Other similar effects are often proposed as the mechanism for EQLs. Fractoluminescence produces the tiny light flashes when material is fractured — easily demonstrated when you bite into a Wint-O-Green Life Saver. The piezoelectric and piezoluminescence effects appear when certain materials are mechanically stressed but not broken. Those luminescence effects sold the media. If you see an article on the web saying that earthquake lights are now explained, it's likely to cite either of these 2014 authors; and the article almost certainly takes for granted that earthquake lights are a thing.
It was getting murky: more explanations that seemed to be a poorer and poorer fit for the reported observations. Nobody could agree on whether earthquake lights look like lightning, meteors, specks of light dancing on the ground, or a great glowing region in the sky; and yet everyone was putting forth the same basic explanation: electrical voltage in the ground, though produced by all sorts of different mechanisms, some real and some theoretical.
So I spoke with Prof. Shinbrot directly and asked him. His response was measured and scientific:
But have there actually been any confirmed observations?

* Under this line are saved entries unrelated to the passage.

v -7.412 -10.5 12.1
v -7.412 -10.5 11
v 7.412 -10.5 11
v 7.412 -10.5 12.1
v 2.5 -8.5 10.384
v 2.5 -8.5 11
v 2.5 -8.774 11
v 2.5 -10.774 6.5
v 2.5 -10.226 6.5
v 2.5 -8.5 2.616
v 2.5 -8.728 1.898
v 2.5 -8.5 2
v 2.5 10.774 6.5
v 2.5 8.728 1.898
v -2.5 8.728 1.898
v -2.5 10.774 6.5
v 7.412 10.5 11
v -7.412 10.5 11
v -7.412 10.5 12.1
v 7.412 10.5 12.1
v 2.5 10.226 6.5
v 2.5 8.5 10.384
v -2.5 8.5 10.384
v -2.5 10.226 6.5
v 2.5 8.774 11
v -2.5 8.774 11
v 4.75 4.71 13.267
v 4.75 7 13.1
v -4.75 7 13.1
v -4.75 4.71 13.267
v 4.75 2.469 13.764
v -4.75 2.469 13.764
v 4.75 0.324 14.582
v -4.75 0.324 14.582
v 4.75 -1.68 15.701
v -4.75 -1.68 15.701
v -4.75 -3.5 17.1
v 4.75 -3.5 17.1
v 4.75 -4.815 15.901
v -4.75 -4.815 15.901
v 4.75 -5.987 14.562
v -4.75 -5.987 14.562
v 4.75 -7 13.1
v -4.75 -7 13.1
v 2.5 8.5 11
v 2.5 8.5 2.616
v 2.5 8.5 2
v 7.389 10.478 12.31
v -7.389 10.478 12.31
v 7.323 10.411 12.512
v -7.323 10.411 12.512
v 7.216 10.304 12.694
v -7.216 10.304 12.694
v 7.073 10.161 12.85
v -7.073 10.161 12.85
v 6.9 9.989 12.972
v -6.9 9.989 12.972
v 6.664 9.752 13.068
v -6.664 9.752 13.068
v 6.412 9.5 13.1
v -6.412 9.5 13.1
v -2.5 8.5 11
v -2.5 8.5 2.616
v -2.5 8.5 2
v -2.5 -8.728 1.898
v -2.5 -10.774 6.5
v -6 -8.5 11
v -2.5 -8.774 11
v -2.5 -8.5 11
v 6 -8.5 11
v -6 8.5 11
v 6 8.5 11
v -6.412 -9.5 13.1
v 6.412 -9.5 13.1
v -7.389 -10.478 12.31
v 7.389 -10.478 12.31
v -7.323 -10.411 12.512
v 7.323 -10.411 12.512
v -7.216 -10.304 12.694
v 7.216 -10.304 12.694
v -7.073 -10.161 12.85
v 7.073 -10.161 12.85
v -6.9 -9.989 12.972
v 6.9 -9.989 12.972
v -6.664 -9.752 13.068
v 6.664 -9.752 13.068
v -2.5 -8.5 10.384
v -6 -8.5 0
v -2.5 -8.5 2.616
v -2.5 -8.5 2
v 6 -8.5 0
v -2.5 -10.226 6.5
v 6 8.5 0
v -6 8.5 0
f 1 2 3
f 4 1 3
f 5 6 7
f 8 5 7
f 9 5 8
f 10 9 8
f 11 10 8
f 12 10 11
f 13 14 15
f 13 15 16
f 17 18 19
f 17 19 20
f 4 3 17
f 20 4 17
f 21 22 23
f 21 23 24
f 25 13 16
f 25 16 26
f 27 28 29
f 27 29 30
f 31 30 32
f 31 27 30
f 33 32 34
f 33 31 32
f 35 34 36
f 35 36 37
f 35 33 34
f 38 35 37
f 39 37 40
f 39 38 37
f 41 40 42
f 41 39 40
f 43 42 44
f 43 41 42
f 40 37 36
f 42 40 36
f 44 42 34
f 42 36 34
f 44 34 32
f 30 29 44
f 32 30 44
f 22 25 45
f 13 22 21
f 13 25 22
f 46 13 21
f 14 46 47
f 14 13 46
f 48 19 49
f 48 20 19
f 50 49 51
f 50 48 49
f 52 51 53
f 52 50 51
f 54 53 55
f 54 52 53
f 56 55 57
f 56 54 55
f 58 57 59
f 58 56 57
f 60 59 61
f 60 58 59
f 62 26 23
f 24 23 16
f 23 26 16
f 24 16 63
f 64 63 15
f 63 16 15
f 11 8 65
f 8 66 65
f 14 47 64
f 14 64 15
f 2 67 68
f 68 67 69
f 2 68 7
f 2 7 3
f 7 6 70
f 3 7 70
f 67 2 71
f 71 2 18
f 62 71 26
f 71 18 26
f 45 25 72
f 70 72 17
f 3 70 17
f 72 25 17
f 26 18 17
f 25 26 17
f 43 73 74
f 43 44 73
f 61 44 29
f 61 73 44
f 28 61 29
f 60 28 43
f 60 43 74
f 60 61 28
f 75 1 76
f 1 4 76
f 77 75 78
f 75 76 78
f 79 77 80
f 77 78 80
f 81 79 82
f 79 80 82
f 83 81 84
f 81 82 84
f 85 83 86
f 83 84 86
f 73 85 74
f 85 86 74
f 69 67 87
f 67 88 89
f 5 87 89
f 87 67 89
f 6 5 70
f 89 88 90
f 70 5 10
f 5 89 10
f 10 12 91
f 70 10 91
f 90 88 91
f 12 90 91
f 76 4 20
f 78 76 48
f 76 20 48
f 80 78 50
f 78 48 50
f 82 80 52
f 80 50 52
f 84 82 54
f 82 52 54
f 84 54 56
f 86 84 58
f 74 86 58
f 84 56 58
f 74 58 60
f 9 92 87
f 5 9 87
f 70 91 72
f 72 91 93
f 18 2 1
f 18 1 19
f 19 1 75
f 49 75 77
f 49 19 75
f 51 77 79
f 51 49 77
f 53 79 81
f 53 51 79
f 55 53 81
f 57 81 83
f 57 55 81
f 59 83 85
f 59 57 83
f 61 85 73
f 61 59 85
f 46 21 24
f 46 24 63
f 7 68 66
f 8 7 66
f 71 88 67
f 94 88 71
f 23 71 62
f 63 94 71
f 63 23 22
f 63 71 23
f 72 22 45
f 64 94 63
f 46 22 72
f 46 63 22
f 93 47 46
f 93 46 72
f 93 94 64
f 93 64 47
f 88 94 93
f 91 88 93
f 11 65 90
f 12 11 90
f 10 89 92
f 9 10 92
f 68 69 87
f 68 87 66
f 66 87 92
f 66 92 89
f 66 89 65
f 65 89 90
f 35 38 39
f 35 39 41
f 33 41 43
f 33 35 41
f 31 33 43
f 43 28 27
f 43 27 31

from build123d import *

# Parameters (mm, degrees)
ESQUISSE1_W        = 12
ESQUISSE1_H        = 17
BOSS_EXTRU_1_DEPTH = 11
ESQUISSE2_W        = 14.823529412
ESQUISSE2_H        = 21
BOSS_EXTRU_2_DEPTH = 2.1
BOSS_EXTRU_3_DEPTH = 4.75
EXTRU_MINCE1_DEPTH = 2.5
CONG_1_R           = 1


with BuildPart() as part:
    # Esquisse1 → Boss.-Extru.1 (new body)
    with BuildSketch(Plane.XY):
        Rectangle(ESQUISSE1_W, ESQUISSE1_H)
    extrude(amount=BOSS_EXTRU_1_DEPTH)

    # Esquisse2 → Boss.-Extru.2 (add)
    with BuildSketch(Plane.XY.offset(11)):
        Rectangle(ESQUISSE2_W, ESQUISSE2_H)
    extrude(amount=BOSS_EXTRU_2_DEPTH)

    # Esquisse3 → Boss.-Extru.3 (add, symmetric)
    with BuildSketch(Plane(origin=(0, 0, 0), x_dir=(0, 0, -1), z_dir=(1, 0, 0))):
        with BuildLine():
            Line((-13.1, -7), (-13.1, 7))
            ThreePointArc((-13.1, 7), (-14.133865433, 1.381948736), (-17.1, -3.5))
            ThreePointArc((-17.1, -3.5), (-15.248408263, -5.419609444), (-13.1, -7))
        make_face()
    extrude(amount=BOSS_EXTRU_3_DEPTH, both=True)

    # Esquisse4 → Extru.-Mince1 (add, symmetric)
    with BuildSketch(Plane(origin=(0, 0, 0), x_dir=(0, 0, -1), z_dir=(1, 0, 0))):
        Polygon((-11.101534617, -8.728452887), (-6.5, -10.773579383), (-1.898465383, -8.728452887), (-2.101534617, -8.271547113), (-6.5, -10.226420617), (-10.898465383, -8.271547113), align=None)
        Polygon((-10.898465383, 8.271547113), (-6.5, 10.226420617), (-2.101534617, 8.271547113), (-1.898465383, 8.728452887), (-6.5, 10.773579383), (-11.101534617, 8.728452887), align=None)
    extrude(amount=EXTRU_MINCE1_DEPTH, both=True)

    # Congé1
    cong_1_edges = [part.edges().sort_by_distance(p)[0] for p in [
        (7.411764706, 0, 13.1),
        (0, 10.5, 13.1),
        (-7.411764706, 0, 13.1),
        (0, -10.5, 13.1),
    ]]
    fillet(cong_1_edges, radius=CONG_1_R)


solid = part.part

He provided numerous studies, and there are a lot of cases where measuring equipment has been set up along earthquake-prone fault zones; and, sure enough, voltages have been detected before, during, and after quakes. It's highly inconsistent, but it does happen. Links to a few such papers are in the references below. As far as reliably observed lights, though? Still zilch. The same number as the Chinese recorded in their 19th century database.
My take is that most of the EQL phenomenon is sufficiently anecdotal that it should be dismissed pending decent evidence. What remains is plausible, though still backed up by only incomplete theory and poor evidence, and that's conventional lightning striking near active faults during quakes. It's a plausible idea, in search of better observations with better theory to explain them. When you hear claims of anything more, like the sky lighting up for minutes, or glowing colorful clouds portending quakes, or ball lightning bouncing around, you have very good reason to be skeptical.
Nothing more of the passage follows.